PROBLEM TO WORK ON:
Repeat nothing but the lines below running from the one containing "#79=AXIS2_PLACEMENT_3D('',#64,#24,#60);" to the one containing "#108=ORIENTED_EDGE('',*,*,#56,.F.);". Keep both end lines.

SUPPLIED INFORMATION:
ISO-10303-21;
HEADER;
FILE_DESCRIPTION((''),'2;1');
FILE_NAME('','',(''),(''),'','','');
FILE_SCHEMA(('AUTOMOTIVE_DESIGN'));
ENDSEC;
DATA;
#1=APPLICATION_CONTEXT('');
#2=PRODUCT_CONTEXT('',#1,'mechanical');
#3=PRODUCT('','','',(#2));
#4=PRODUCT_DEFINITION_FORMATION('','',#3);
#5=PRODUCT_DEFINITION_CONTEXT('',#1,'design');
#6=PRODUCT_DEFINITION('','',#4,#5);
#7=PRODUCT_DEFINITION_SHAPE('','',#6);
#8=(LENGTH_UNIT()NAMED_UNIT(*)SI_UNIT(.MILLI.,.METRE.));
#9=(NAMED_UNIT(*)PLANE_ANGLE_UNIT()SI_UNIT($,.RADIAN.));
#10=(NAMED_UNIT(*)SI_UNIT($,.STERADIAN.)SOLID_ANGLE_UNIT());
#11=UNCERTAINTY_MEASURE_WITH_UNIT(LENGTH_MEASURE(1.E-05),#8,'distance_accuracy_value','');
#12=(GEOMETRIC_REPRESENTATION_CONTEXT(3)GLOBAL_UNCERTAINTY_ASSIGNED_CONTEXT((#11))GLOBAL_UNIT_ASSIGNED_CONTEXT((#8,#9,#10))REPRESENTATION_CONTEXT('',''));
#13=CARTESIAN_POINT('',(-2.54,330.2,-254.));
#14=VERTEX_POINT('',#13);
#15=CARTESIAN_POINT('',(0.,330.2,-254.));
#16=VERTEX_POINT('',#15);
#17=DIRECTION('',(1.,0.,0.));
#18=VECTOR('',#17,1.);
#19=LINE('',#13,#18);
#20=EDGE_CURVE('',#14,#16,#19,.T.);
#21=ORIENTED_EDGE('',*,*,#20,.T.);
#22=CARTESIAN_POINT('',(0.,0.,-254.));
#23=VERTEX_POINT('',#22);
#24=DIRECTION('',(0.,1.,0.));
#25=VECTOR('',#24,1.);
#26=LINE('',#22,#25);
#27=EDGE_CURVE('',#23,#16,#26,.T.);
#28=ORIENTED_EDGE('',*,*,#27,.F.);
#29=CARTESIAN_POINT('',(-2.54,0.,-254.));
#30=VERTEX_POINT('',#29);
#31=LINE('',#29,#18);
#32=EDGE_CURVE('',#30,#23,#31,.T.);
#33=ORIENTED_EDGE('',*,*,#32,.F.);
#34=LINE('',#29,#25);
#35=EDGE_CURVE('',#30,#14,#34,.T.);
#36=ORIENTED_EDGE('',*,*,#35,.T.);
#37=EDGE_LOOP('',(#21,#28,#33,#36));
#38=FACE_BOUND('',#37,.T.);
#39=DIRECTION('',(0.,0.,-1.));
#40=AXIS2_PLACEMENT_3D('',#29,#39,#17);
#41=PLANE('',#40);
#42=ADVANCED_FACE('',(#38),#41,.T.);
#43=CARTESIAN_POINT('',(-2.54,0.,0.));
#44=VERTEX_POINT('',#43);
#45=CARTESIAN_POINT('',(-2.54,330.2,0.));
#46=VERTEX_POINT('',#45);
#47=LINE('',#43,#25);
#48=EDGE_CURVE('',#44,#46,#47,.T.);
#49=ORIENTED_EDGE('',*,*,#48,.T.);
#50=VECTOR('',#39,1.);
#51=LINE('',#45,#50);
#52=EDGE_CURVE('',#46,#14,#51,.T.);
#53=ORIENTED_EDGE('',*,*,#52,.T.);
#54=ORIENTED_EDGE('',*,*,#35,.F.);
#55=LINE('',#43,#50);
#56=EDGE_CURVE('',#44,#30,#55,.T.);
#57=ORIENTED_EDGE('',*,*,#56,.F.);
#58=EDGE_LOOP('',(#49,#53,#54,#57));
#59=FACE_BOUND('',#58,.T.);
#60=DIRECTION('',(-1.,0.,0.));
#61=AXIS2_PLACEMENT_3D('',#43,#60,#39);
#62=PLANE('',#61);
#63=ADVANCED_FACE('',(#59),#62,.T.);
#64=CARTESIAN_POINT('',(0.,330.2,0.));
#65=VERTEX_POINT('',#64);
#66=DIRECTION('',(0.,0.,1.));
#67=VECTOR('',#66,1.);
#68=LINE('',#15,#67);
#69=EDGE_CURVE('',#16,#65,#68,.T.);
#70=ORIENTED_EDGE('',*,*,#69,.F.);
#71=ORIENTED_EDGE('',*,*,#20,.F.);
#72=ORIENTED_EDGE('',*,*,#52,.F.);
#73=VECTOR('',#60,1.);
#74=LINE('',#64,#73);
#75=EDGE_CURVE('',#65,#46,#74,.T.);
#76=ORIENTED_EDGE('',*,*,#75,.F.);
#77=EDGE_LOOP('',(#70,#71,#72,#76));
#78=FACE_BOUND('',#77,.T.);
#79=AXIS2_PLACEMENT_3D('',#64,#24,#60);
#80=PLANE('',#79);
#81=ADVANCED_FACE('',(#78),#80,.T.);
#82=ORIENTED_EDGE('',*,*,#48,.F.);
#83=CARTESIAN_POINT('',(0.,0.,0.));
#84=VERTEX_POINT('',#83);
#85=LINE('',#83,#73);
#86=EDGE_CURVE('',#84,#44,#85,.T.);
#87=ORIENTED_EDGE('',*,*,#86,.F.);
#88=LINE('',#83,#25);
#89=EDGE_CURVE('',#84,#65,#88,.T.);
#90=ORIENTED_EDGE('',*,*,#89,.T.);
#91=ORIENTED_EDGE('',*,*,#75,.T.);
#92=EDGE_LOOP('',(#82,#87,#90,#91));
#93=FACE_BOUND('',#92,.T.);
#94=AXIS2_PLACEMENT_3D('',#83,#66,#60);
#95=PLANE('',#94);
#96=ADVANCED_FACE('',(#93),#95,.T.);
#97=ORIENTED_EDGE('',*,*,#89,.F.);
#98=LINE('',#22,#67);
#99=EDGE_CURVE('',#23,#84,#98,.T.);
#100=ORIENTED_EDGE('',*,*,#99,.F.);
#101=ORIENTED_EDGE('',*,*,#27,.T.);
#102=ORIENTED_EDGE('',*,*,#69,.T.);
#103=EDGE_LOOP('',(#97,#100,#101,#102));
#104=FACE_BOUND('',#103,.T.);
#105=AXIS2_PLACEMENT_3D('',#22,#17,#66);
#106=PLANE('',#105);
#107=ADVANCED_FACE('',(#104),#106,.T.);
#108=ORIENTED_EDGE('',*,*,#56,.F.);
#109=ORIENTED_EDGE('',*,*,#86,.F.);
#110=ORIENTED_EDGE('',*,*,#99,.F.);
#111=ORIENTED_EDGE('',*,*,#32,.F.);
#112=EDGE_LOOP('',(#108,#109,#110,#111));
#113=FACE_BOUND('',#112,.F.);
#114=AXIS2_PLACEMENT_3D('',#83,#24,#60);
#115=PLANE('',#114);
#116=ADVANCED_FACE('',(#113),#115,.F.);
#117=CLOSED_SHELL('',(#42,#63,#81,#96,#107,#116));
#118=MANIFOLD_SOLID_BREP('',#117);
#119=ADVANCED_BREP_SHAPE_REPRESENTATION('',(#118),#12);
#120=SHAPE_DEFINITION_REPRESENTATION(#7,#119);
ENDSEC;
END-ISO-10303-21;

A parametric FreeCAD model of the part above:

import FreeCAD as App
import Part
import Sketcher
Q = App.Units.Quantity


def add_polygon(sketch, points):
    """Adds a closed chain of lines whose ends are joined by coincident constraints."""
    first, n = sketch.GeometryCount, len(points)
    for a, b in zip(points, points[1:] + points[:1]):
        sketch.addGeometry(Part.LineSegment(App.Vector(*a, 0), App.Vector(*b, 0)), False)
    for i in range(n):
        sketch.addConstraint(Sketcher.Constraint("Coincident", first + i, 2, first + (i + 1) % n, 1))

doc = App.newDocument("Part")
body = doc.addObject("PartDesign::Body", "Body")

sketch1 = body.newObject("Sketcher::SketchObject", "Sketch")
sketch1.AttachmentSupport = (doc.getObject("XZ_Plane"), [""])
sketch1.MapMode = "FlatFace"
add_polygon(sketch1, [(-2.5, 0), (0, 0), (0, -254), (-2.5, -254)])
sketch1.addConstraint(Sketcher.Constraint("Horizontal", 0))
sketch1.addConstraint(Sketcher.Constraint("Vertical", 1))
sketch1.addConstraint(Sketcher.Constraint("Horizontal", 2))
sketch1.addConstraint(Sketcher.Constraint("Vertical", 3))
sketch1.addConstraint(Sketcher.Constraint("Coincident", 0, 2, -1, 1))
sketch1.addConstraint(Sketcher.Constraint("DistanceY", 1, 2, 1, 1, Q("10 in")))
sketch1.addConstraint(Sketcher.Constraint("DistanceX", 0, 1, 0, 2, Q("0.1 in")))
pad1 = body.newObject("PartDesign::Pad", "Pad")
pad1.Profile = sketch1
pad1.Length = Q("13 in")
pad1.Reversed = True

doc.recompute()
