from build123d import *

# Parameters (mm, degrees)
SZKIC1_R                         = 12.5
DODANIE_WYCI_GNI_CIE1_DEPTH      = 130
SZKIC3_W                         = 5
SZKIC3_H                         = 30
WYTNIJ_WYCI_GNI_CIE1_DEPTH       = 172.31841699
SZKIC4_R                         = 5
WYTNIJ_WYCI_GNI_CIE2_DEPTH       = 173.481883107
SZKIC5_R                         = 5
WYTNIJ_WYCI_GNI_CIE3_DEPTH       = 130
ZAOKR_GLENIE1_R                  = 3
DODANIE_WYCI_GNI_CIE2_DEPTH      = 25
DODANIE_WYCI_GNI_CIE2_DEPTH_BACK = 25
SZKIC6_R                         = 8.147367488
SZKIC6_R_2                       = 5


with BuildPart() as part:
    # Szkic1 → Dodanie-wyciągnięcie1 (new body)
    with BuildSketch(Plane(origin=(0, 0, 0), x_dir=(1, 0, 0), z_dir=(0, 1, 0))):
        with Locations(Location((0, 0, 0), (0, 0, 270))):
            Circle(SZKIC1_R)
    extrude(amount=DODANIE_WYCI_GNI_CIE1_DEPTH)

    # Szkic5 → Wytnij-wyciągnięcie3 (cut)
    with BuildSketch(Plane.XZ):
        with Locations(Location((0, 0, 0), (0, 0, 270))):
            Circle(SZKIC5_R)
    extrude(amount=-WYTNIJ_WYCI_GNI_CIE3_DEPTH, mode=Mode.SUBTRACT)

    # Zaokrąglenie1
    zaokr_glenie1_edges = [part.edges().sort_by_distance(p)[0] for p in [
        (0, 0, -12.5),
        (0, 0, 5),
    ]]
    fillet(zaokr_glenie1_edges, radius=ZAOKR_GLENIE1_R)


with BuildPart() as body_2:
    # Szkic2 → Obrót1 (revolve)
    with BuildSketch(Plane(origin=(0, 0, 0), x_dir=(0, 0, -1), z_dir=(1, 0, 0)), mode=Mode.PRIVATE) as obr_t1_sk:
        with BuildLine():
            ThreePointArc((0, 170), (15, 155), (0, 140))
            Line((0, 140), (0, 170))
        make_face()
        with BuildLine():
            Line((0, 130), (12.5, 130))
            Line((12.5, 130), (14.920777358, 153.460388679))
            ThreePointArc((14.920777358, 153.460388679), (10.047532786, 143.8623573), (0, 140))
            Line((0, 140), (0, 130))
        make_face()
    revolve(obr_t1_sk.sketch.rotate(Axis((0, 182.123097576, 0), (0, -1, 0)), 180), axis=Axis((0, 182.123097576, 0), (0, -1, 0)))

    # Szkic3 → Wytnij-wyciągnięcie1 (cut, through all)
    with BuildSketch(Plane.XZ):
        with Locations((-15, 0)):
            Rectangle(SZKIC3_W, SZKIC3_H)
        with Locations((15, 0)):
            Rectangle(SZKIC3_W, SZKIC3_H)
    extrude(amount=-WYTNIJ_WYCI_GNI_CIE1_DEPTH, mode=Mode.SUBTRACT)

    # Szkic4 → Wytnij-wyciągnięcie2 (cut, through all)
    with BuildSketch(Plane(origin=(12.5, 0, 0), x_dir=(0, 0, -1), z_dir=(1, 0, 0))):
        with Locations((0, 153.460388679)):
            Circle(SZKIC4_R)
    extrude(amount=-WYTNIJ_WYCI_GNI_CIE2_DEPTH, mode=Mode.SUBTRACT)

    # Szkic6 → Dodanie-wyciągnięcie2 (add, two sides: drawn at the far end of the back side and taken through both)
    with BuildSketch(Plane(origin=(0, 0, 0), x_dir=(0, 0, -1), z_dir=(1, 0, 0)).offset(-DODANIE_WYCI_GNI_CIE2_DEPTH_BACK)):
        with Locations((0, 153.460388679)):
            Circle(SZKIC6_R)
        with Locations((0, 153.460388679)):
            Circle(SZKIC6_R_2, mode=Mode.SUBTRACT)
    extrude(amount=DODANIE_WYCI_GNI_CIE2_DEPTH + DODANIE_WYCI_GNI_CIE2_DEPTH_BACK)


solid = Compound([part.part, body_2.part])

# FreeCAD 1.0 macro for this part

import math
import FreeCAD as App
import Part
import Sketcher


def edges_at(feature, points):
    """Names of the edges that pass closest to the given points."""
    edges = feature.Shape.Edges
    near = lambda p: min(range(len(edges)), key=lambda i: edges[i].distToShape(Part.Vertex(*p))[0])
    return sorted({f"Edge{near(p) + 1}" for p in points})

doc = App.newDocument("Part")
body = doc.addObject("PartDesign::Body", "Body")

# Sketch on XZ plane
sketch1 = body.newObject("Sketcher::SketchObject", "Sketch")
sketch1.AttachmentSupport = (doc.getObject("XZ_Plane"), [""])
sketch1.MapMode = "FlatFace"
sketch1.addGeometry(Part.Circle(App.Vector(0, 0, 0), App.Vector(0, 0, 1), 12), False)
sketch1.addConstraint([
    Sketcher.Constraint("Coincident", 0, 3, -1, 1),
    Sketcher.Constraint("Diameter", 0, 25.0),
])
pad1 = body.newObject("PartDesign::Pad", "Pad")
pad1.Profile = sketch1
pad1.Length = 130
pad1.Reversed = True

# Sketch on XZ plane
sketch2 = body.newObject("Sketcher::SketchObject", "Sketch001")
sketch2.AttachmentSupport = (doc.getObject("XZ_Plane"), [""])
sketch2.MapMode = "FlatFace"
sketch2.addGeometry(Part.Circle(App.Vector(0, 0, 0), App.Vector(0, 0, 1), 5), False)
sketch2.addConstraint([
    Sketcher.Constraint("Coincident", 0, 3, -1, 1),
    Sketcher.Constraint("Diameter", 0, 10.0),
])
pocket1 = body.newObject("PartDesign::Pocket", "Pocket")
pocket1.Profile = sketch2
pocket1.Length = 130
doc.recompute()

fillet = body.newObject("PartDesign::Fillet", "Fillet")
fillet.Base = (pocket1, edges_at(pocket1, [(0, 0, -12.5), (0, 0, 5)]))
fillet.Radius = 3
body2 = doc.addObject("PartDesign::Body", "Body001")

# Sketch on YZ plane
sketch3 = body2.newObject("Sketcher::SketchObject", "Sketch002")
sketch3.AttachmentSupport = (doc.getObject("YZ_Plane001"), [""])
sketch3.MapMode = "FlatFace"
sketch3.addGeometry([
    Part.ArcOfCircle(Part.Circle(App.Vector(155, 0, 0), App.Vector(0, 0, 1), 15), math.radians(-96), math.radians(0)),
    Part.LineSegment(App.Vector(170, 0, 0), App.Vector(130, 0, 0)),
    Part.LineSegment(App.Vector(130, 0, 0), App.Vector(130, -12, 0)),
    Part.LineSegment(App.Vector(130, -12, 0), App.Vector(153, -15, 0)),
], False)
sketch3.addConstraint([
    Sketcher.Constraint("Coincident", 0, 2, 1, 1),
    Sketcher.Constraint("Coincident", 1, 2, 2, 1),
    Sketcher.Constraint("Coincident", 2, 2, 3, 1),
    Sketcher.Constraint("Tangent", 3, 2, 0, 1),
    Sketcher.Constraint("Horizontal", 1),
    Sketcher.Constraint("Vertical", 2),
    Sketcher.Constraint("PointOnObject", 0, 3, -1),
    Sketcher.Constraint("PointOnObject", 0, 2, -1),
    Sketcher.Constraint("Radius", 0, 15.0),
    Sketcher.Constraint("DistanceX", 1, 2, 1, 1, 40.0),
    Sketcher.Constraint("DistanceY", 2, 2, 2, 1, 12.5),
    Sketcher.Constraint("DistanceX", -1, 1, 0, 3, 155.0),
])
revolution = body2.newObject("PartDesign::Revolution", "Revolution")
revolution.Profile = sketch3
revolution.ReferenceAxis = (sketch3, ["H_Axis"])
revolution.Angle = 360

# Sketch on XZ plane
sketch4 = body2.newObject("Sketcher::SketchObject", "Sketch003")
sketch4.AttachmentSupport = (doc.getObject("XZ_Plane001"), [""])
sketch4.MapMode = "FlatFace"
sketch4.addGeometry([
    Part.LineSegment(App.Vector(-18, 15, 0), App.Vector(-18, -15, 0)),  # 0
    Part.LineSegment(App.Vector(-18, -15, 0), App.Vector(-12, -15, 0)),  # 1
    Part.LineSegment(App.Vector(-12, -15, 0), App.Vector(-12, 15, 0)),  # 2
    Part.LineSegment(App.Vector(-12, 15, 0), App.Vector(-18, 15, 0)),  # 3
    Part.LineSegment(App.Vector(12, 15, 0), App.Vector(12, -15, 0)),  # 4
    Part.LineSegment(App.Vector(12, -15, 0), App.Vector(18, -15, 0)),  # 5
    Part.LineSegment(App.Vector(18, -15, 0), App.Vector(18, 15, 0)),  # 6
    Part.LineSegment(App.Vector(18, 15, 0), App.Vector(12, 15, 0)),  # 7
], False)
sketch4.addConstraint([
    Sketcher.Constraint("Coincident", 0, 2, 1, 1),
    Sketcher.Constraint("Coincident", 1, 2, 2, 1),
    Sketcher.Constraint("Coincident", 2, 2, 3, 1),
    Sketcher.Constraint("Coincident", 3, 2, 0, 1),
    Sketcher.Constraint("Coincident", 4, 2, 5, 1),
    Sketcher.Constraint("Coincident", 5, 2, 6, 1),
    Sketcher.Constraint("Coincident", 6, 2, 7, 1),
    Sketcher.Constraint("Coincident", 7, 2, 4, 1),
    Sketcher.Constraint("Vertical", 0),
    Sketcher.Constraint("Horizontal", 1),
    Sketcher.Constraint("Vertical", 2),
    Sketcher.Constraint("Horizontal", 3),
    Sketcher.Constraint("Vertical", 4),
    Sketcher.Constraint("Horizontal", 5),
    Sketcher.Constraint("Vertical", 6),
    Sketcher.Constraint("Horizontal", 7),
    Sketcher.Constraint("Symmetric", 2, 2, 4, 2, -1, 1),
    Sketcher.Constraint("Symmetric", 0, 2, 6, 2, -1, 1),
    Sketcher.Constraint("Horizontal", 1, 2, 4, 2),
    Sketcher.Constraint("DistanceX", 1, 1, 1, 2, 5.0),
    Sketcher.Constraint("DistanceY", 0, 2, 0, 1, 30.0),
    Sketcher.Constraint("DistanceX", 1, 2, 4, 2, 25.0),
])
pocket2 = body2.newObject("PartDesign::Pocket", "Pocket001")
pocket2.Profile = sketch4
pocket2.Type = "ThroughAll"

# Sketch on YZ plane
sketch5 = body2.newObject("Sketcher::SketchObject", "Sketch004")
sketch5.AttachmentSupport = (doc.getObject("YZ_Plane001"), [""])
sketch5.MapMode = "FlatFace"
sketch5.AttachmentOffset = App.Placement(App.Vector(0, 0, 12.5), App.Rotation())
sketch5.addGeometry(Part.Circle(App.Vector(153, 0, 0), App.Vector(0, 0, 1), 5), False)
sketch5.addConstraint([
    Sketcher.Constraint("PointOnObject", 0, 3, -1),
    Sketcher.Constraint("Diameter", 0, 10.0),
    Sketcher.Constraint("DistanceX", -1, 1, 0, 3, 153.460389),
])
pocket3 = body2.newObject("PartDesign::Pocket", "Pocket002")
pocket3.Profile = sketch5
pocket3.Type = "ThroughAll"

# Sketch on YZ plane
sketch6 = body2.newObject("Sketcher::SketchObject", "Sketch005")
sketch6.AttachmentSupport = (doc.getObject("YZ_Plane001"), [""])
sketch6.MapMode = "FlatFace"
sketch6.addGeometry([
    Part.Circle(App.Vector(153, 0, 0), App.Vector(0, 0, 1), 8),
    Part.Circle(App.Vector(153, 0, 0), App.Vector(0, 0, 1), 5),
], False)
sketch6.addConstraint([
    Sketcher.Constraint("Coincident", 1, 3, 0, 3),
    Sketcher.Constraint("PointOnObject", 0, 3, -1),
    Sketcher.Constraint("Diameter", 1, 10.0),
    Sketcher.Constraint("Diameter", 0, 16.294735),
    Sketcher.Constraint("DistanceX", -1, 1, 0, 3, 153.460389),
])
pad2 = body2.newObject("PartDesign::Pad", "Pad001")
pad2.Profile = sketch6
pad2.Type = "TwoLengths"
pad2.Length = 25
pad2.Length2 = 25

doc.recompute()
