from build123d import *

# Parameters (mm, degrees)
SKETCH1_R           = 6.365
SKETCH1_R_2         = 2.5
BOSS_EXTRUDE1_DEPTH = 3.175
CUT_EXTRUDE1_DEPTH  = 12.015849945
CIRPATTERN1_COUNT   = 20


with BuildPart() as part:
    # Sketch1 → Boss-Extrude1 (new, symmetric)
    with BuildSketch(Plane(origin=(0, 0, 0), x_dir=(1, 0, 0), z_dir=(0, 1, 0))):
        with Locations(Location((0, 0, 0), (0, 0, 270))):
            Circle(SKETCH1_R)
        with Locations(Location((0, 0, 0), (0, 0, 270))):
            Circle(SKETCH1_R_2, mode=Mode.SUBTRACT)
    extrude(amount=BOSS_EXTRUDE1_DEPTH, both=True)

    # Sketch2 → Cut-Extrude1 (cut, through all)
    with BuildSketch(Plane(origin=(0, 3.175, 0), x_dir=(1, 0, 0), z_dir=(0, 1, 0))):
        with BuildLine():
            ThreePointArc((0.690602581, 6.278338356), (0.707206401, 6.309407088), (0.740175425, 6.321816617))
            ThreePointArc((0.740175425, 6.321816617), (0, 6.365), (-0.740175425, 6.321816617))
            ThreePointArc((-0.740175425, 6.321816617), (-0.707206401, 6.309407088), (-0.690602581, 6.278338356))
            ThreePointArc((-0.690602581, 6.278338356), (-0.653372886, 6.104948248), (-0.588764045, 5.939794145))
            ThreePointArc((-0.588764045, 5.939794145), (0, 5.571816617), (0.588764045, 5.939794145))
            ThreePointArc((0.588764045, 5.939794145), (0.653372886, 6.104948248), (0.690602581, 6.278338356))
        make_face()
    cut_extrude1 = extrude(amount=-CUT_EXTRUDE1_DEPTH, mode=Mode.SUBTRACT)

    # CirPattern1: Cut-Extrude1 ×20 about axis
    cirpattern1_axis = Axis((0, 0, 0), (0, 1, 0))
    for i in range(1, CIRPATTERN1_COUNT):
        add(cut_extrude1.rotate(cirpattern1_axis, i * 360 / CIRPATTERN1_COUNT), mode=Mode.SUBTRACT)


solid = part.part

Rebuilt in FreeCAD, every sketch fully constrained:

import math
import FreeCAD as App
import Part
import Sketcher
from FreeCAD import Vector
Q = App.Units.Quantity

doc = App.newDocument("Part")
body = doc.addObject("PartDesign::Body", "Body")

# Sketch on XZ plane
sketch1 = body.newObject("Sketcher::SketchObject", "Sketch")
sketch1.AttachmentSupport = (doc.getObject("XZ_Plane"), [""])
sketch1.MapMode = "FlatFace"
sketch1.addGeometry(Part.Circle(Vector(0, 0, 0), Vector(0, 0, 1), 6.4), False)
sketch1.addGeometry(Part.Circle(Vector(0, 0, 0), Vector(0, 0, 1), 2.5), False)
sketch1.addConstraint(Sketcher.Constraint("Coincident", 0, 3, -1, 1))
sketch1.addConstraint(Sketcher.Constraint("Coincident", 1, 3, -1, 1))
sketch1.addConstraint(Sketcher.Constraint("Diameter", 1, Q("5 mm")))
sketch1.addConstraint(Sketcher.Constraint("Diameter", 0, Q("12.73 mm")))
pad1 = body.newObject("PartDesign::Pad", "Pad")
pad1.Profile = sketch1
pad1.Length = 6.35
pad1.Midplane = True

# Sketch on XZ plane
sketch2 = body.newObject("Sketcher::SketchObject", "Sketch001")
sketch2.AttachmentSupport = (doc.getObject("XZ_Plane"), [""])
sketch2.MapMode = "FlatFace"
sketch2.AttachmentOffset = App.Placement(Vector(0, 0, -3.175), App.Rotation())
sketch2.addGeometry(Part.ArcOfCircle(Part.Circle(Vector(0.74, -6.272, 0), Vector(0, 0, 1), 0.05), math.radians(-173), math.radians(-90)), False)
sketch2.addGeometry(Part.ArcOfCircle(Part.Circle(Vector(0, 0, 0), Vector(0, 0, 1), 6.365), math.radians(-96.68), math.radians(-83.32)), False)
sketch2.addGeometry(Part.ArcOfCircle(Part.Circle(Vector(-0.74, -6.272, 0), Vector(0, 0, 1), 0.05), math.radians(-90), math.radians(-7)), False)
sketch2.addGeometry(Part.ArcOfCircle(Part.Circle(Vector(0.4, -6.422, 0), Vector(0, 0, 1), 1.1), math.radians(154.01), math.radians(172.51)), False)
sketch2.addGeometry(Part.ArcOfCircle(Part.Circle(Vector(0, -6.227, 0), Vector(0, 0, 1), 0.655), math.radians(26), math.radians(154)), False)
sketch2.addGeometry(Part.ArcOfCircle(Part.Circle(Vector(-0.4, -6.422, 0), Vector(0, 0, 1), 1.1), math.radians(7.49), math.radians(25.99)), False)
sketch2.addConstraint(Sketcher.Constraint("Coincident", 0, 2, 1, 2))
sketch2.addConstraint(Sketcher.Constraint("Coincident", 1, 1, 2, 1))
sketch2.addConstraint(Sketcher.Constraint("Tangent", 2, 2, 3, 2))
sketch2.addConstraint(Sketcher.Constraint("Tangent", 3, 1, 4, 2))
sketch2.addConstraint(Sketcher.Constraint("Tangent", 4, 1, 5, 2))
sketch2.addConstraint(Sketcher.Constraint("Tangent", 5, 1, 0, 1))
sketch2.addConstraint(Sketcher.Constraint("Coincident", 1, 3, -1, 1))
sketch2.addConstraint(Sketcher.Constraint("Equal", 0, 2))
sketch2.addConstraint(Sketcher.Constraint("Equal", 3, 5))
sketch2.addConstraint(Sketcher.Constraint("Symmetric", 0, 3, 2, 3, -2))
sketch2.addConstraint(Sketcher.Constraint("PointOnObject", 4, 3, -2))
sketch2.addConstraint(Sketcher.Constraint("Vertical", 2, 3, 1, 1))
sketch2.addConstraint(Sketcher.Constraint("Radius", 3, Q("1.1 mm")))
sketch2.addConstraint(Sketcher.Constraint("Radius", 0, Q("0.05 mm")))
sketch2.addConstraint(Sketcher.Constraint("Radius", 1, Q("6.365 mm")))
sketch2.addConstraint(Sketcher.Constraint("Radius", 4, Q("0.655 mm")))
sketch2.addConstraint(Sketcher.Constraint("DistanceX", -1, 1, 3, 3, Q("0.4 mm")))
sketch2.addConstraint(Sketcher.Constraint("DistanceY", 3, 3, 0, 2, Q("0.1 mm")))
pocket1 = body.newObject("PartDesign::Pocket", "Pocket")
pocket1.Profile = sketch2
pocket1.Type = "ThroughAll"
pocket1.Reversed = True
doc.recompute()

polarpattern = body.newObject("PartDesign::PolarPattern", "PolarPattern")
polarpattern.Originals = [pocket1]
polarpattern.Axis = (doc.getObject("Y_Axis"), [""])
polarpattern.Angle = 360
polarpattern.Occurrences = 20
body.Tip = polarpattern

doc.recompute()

RESULT BELOW:
#79=AXIS2_PLACEMENT_3D('',#64,#24,#60);
#80=PLANE('',#79);
#81=ADVANCED_FACE('',(#78),#80,.T.);
#82=ORIENTED_EDGE('',*,*,#48,.F.);
#83=CARTESIAN_POINT('',(0.,0.,0.));
#84=VERTEX_POINT('',#83);
#85=LINE('',#83,#73);
#86=EDGE_CURVE('',#84,#44,#85,.T.);
#87=ORIENTED_EDGE('',*,*,#86,.F.);
#88=LINE('',#83,#25);
#89=EDGE_CURVE('',#84,#65,#88,.T.);
#90=ORIENTED_EDGE('',*,*,#89,.T.);
#91=ORIENTED_EDGE('',*,*,#75,.T.);
#92=EDGE_LOOP('',(#82,#87,#90,#91));
#93=FACE_BOUND('',#92,.T.);
#94=AXIS2_PLACEMENT_3D('',#83,#66,#60);
#95=PLANE('',#94);
#96=ADVANCED_FACE('',(#93),#95,.T.);
#97=ORIENTED_EDGE('',*,*,#89,.F.);
#98=LINE('',#22,#67);
#99=EDGE_CURVE('',#23,#84,#98,.T.);
#100=ORIENTED_EDGE('',*,*,#99,.F.);
#101=ORIENTED_EDGE('',*,*,#27,.T.);
#102=ORIENTED_EDGE('',*,*,#69,.T.);
#103=EDGE_LOOP('',(#97,#100,#101,#102));
#104=FACE_BOUND('',#103,.T.);
#105=AXIS2_PLACEMENT_3D('',#22,#17,#66);
#106=PLANE('',#105);
#107=ADVANCED_FACE('',(#104),#106,.T.);
#108=ORIENTED_EDGE('',*,*,#56,.F.);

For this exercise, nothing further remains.